Cell exposure to NPs including TiO2 was reported to result in reactive oxygen species (ROS) formation through NP surface catalyzed reactions and NP-induced dysfunction of cellular organelles (Auffan et al. 2011; Chan et al. 2011; Jaeger et al. 2012; Jiang et al. 2008; Manke et al. 2013; Park et al. 2008; Reeves et al. 2008; Setyawati et al. 2013; Stern et al. 2012; Zhu et al. 2012). The close proximity of TiO2 NPs to mitochondria and their accumulation in endo-lysosomal compartments prompted us to examine if exposure resulted in perturbation of cellular redox balance measuring mRNA expression levels of Nrf2-controlled genes which are often upregulated as the first line of defense to restore homeostasis. Our results suggest that TiO2 NP accumulation does not lead to perturbation of cellular redox homeostasis in RTL-W1 cells—at least during acute exposure. A possible reason for this could be the confinement of TiO2 NPs in MLVs or a protective effect of the NPs’ BSA-corona (Runa et al. 2016; Wang et al. 2013).
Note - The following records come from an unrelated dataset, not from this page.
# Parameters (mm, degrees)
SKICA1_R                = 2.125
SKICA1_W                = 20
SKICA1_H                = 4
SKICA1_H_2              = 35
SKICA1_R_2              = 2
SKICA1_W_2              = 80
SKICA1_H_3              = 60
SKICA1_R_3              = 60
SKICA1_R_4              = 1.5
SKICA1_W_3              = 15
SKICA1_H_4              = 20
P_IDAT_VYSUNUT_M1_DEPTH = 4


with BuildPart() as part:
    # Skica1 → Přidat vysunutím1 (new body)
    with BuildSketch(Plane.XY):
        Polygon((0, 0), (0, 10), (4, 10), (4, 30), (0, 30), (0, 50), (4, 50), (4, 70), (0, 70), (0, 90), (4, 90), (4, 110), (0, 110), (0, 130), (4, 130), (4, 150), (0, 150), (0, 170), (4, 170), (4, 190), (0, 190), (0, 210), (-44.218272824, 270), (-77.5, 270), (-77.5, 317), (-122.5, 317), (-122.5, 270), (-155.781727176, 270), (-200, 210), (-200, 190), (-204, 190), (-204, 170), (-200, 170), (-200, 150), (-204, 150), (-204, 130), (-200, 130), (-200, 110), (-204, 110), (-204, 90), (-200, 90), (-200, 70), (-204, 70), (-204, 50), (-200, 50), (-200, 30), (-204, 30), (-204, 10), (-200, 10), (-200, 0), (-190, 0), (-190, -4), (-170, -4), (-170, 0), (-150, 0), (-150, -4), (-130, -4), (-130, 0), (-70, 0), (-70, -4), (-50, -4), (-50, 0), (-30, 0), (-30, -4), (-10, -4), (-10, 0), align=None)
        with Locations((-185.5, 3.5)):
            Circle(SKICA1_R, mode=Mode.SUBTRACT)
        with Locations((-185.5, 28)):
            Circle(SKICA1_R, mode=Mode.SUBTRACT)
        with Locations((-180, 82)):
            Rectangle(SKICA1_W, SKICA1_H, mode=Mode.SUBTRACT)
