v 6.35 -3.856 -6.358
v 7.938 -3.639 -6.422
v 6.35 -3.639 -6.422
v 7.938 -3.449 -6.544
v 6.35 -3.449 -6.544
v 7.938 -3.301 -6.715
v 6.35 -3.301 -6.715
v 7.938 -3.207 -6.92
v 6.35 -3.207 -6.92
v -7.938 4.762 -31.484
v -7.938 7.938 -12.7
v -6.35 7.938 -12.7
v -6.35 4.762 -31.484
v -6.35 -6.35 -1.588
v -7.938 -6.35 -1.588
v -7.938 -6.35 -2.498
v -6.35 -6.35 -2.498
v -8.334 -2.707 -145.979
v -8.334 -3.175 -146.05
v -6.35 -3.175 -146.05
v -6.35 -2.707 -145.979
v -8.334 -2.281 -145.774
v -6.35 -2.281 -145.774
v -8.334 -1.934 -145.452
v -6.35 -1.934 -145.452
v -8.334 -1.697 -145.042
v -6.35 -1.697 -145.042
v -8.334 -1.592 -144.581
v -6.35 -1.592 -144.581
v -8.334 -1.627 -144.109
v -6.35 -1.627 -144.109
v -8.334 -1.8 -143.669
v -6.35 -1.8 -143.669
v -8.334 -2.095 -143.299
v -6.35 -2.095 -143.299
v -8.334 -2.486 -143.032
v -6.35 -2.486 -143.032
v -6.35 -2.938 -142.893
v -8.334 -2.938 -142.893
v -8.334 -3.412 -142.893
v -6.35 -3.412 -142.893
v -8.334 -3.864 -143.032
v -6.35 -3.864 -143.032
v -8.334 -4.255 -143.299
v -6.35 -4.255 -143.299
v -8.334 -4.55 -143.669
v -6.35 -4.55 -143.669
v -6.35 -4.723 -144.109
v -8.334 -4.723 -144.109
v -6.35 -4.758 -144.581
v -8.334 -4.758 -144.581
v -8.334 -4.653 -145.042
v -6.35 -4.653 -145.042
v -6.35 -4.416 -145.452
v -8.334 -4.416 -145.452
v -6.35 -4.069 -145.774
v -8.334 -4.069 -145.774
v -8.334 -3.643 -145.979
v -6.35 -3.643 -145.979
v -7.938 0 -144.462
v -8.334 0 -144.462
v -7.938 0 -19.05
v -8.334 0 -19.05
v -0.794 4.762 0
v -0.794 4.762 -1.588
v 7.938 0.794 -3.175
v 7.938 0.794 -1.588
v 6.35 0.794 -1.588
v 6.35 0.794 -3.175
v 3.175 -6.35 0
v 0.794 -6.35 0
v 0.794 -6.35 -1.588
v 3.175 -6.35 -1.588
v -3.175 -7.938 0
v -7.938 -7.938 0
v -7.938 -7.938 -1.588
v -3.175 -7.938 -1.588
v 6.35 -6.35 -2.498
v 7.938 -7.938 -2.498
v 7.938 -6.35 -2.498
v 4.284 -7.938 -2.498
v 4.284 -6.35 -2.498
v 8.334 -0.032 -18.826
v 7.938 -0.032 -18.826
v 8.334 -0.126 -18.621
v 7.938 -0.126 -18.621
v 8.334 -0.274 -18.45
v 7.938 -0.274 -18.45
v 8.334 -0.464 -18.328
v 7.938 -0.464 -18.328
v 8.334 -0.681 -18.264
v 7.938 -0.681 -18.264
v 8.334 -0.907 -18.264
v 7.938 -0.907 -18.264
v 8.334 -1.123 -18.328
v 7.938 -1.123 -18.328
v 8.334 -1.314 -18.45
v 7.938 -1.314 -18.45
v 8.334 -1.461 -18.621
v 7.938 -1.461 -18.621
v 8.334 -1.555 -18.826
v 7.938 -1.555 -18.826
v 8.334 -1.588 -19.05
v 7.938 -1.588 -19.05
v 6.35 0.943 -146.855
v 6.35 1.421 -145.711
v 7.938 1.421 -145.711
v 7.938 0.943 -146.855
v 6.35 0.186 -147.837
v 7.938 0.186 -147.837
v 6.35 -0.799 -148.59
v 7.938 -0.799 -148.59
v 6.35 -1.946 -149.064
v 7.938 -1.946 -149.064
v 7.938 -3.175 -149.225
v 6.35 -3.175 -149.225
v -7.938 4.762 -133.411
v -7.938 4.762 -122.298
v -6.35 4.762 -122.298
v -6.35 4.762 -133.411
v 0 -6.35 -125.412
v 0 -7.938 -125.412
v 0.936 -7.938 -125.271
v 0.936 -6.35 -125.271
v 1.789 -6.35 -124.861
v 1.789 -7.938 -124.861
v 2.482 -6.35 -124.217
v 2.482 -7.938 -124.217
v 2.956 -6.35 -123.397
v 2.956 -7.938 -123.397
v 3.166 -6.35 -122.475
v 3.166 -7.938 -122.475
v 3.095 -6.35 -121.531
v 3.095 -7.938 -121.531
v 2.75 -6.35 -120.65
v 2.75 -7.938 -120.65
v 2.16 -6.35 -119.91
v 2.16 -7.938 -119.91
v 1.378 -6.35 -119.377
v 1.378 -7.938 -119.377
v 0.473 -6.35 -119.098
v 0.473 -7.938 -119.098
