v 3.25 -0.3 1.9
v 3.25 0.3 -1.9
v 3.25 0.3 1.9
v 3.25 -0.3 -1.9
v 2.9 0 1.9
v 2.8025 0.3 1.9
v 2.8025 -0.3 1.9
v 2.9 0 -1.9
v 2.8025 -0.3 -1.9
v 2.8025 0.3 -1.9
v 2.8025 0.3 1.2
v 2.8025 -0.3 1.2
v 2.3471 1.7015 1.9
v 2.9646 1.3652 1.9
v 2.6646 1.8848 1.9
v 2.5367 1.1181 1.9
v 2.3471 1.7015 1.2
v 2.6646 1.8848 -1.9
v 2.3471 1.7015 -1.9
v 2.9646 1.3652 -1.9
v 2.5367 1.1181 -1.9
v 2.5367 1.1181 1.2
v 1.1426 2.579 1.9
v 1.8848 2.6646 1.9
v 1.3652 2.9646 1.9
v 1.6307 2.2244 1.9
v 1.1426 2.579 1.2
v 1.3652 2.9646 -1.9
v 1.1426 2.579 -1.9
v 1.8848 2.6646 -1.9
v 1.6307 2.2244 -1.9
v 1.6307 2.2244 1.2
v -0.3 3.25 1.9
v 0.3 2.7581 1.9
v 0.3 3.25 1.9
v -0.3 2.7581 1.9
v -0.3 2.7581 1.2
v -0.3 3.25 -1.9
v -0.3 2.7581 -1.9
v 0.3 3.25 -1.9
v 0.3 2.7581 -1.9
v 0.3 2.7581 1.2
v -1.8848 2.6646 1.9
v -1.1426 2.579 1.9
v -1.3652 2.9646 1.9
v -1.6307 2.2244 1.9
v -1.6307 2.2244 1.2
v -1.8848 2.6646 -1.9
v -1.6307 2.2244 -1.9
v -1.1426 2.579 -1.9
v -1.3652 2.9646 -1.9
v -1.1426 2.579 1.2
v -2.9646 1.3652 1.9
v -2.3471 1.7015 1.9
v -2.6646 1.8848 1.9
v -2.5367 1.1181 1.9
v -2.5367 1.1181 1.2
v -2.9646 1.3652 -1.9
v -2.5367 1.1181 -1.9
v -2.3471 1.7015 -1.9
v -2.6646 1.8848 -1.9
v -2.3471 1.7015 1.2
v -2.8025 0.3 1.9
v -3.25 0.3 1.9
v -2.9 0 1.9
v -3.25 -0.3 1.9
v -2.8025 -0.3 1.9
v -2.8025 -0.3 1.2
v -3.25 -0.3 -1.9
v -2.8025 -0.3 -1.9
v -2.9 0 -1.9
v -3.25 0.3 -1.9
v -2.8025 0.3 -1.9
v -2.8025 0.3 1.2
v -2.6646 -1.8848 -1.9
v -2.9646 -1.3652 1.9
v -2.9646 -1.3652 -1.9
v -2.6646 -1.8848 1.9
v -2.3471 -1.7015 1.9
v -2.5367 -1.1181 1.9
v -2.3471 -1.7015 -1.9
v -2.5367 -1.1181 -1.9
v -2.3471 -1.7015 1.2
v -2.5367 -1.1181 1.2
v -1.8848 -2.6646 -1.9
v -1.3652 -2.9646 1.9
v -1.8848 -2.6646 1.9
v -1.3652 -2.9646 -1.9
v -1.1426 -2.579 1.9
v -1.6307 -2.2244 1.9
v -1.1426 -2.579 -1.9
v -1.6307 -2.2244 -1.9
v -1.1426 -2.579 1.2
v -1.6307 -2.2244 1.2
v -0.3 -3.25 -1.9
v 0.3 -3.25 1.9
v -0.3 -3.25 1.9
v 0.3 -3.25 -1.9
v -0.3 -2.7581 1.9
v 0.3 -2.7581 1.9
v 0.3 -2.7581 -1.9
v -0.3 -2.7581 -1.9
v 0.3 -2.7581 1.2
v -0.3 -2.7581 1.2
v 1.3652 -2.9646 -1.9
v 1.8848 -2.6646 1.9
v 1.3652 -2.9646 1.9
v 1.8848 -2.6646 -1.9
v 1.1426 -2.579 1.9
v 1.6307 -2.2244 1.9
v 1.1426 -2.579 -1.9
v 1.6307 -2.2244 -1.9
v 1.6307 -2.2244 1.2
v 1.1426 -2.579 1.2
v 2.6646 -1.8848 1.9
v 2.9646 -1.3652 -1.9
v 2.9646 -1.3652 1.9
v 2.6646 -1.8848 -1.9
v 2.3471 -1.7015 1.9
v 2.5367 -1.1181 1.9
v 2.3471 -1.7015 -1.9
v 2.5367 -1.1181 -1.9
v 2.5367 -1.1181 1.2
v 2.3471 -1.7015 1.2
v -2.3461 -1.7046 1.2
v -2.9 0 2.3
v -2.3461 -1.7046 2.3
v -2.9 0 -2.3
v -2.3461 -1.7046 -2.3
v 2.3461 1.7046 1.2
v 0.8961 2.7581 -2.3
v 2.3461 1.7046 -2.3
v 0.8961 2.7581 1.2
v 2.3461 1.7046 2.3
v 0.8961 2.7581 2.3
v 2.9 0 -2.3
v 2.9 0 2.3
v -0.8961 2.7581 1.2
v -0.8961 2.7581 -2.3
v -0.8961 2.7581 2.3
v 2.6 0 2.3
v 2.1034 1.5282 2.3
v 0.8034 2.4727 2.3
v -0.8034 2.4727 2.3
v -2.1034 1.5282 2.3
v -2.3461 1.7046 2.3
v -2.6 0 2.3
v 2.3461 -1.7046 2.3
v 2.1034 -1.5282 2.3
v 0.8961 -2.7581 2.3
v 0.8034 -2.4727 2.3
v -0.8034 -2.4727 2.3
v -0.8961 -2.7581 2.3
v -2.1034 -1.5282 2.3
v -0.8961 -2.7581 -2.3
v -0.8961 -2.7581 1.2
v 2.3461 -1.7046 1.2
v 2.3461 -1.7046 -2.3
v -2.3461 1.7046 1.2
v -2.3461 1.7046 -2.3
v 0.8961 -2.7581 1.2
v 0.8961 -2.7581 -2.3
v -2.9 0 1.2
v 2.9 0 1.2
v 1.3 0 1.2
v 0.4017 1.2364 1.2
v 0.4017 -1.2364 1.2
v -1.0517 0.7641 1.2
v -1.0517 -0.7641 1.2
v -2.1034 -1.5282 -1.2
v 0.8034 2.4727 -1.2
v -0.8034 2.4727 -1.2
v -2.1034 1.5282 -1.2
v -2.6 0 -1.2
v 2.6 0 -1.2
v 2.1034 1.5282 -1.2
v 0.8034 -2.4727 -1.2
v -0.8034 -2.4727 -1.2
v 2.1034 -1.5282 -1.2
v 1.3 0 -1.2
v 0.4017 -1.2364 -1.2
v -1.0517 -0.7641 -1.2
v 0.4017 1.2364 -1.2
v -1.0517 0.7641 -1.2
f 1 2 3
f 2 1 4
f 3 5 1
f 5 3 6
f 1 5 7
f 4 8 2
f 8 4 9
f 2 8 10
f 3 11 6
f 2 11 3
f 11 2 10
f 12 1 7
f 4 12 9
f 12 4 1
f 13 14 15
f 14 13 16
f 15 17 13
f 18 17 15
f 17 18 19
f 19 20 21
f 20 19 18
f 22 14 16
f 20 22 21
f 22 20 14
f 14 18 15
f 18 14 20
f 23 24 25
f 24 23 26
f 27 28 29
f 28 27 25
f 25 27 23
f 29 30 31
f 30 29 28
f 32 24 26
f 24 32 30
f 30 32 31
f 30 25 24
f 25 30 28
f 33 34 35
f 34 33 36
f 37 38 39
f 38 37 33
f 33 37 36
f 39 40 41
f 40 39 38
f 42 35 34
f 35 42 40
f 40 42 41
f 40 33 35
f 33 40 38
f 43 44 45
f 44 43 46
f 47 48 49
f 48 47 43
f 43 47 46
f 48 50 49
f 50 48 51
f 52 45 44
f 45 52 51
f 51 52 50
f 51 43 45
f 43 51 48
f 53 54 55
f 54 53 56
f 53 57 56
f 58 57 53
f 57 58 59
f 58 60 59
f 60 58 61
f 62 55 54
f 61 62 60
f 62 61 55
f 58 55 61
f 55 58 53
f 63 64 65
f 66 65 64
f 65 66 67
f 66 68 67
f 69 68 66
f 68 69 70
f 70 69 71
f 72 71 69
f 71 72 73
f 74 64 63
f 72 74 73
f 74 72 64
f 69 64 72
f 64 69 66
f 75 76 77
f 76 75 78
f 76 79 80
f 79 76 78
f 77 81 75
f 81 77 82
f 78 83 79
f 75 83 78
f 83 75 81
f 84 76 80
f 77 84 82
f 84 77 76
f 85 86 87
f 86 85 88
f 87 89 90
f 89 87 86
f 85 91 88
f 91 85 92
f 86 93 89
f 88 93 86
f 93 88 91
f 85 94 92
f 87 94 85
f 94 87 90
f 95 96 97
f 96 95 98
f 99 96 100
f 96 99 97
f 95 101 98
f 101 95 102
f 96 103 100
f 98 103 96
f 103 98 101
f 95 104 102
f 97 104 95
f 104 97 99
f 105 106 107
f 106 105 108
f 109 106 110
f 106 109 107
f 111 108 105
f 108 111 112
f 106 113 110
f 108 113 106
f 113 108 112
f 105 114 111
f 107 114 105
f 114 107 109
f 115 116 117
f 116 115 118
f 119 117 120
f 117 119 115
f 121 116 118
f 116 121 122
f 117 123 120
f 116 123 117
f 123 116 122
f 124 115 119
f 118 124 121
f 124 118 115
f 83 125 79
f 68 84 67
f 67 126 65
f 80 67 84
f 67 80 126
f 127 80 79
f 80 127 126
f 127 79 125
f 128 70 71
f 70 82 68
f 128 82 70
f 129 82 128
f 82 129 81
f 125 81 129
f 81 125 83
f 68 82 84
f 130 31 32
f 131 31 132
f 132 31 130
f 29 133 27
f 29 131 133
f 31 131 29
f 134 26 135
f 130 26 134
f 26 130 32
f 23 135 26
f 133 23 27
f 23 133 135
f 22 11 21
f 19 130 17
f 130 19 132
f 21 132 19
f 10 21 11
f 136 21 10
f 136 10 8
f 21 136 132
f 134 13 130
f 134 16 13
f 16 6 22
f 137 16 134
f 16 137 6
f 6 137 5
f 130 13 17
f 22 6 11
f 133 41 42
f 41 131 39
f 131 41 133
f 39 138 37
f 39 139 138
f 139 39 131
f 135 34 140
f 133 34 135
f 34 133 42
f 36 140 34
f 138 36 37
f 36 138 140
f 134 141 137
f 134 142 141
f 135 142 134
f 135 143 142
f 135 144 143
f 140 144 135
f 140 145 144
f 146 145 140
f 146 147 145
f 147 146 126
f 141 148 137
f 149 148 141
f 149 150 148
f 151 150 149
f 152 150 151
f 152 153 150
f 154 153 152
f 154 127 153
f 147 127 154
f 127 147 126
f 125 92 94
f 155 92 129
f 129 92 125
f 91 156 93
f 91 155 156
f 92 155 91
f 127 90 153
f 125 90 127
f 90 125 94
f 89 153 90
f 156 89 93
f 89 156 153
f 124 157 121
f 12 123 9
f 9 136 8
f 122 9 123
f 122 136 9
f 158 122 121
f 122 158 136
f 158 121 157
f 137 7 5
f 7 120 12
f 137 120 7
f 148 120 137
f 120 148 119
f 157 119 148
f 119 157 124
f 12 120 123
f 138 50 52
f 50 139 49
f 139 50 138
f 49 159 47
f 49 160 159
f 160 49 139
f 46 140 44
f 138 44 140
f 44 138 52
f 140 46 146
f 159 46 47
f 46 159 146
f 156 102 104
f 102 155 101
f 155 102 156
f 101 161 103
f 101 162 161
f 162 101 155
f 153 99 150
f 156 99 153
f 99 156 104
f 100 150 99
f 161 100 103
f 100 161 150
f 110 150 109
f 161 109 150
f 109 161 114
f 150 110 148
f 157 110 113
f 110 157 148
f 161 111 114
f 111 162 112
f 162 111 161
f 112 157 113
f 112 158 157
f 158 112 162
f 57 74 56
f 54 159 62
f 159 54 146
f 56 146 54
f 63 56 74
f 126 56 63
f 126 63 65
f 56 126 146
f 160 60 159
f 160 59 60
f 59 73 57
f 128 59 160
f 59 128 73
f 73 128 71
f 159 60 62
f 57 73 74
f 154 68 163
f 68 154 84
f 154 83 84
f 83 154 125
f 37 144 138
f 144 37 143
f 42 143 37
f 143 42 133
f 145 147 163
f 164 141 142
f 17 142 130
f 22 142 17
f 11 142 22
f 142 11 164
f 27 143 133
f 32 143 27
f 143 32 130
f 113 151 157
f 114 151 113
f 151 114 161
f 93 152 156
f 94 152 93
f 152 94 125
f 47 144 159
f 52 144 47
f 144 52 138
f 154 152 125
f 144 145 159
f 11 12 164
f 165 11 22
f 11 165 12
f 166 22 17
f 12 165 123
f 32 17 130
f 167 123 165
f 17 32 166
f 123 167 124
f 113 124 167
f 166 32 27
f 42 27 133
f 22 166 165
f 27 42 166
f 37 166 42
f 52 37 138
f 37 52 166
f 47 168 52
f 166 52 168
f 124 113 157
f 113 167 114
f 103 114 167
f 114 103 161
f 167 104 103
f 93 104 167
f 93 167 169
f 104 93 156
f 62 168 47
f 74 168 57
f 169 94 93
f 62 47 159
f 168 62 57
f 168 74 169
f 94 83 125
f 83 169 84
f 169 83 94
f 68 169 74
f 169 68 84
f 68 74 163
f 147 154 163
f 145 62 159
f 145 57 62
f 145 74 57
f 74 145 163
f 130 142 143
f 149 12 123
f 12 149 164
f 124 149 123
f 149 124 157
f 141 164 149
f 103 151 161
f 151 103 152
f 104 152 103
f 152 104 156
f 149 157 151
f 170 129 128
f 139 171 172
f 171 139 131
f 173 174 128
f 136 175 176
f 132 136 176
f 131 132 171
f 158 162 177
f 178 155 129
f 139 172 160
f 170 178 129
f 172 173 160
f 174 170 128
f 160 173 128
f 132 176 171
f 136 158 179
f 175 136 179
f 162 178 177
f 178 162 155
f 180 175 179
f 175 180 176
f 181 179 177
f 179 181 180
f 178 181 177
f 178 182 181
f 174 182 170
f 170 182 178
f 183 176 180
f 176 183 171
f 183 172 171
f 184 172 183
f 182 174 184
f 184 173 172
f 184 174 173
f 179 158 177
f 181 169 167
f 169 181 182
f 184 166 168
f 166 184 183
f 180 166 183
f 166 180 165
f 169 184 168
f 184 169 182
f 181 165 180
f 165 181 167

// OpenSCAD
// Parameters
outer_diameter = 5.8; //[2.9:11.6:0.1]
length = 4.6; //[2.3:9.2:0.1]
screw_diameter = 3; //[1.5:6:0.1]
internal_thread_pitch = 0.5; //[0.25:1:0.05]
internal_bore_diameter = 2.6; //[2.2:3.2:0.05]
lead_in_chamfer_height = 0.3; //[0.15:0.8:0.05]
lead_in_chamfer_angle_deg = 45; //[20:70:1]
end_chamfer_height = 0.3; //[0.15:0.8:0.05]
end_chamfer_angle_deg = 45; //[20:70:1]
rib_count = 12; //[6:24:1]
rib_radial_height = 0.35; //[0.15:0.8:0.05]
rib_tangential_width = 0.6; //[0.3:1.2:0.05]
rib_length_margin = 0.4; //[0.2:1:0.05]
overlap = 0.8; //[0.5:2:0.1]

// Threaded Insert - complete geometry
module threaded_insert() {
  color([0.8, 0.6, 0.2]) { // Brass color
    difference() {
      union() {
        // Main body
        cylinder(r=outer_diameter/2, h=length, center=true);
        
        // Ribs
        for (i = [0:rib_count-1]) {
          rotate([0, 0, i*360/rib_count])
          translate([outer_diameter/2 + (rib_radial_height + overlap)/2 - overlap, 0, 0])
          cube([rib_radial_height + overlap, rib_tangential_width, length - 2*rib_length_margin], center=true);
        }
      }
      
      // Lead-in chamfer
      translate([0, 0, length/2 - (lead_in_chamfer_height + overlap)/2])
      cylinder(r1=outer_diameter/2, r2=outer_diameter/2 - lead_in_chamfer_height, h=lead_in_chamfer_height + overlap, center=true);
      
      // Installation end chamfer
      translate([0, 0, -length/2 + (end_chamfer_height + overlap)/2])
      cylinder(r1=outer_diameter/2, r2=outer_diameter/2 - end_chamfer_height, h=end_chamfer_height + overlap, center=true);
      
      // Internal thread bore
      cylinder(r=internal_bore_diameter/2, h=length + 2*overlap, center=true);
    }
  }
}

// Assembly
module assembly() {
  threaded_insert();
}

assembly();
The assessment of the long-term fate and effects of intracellular accumulated TiO2 NPs was out of the scope of this work but should be investigated in future studies.

Conclusions

In this study, we describe in detail the interaction, uptake, and intracellular fate of one of the most frequently studied TiO2 NPs (Aeroxide® P25) in fish liver cells (RTL-W1 cells). Our results showed that the physical interaction of serum albumin-coated TiO2 NPs with the plasma membrane induces their uptake via a clathrin-independent and nystatin-sensitive mechanism—most probably caveolae-mediated endocytosis. TEM images and spICP-MS data on the intracellular particle size-frequency distribution demonstrated that the diameter of endocytic vesicles (~ 70 nm) forming at the plasma membrane level determines which NP size fraction is taken up by the cells. NP agglomerates > 100 nm present in the exposure medium are excluded from uptake. Thus, the relative NP size-frequency distribution in medium dispersions used for cell exposures is a factor that may critically influence intracellular NP accumulation and hence the effective cellular exposure dose (intracellular NP burden). Also, our results show that NP/agglomerate size may increase intracellularly, that is, after their uptake. The size increase is probably a consequence of the transport and confinement of the endocytosed NPs/agglomerates in common intracellular compartments (MLVs), where they are concentrated and further agglomerate. Furthermore, we did not observe any perturbation of cellular redox homeostasis or toxicity. Future studies need to determine if TiO2 NPs can be eliminated again and if a continuous intracellular accumulation of the inert material adversely affects the performance of cellular processes.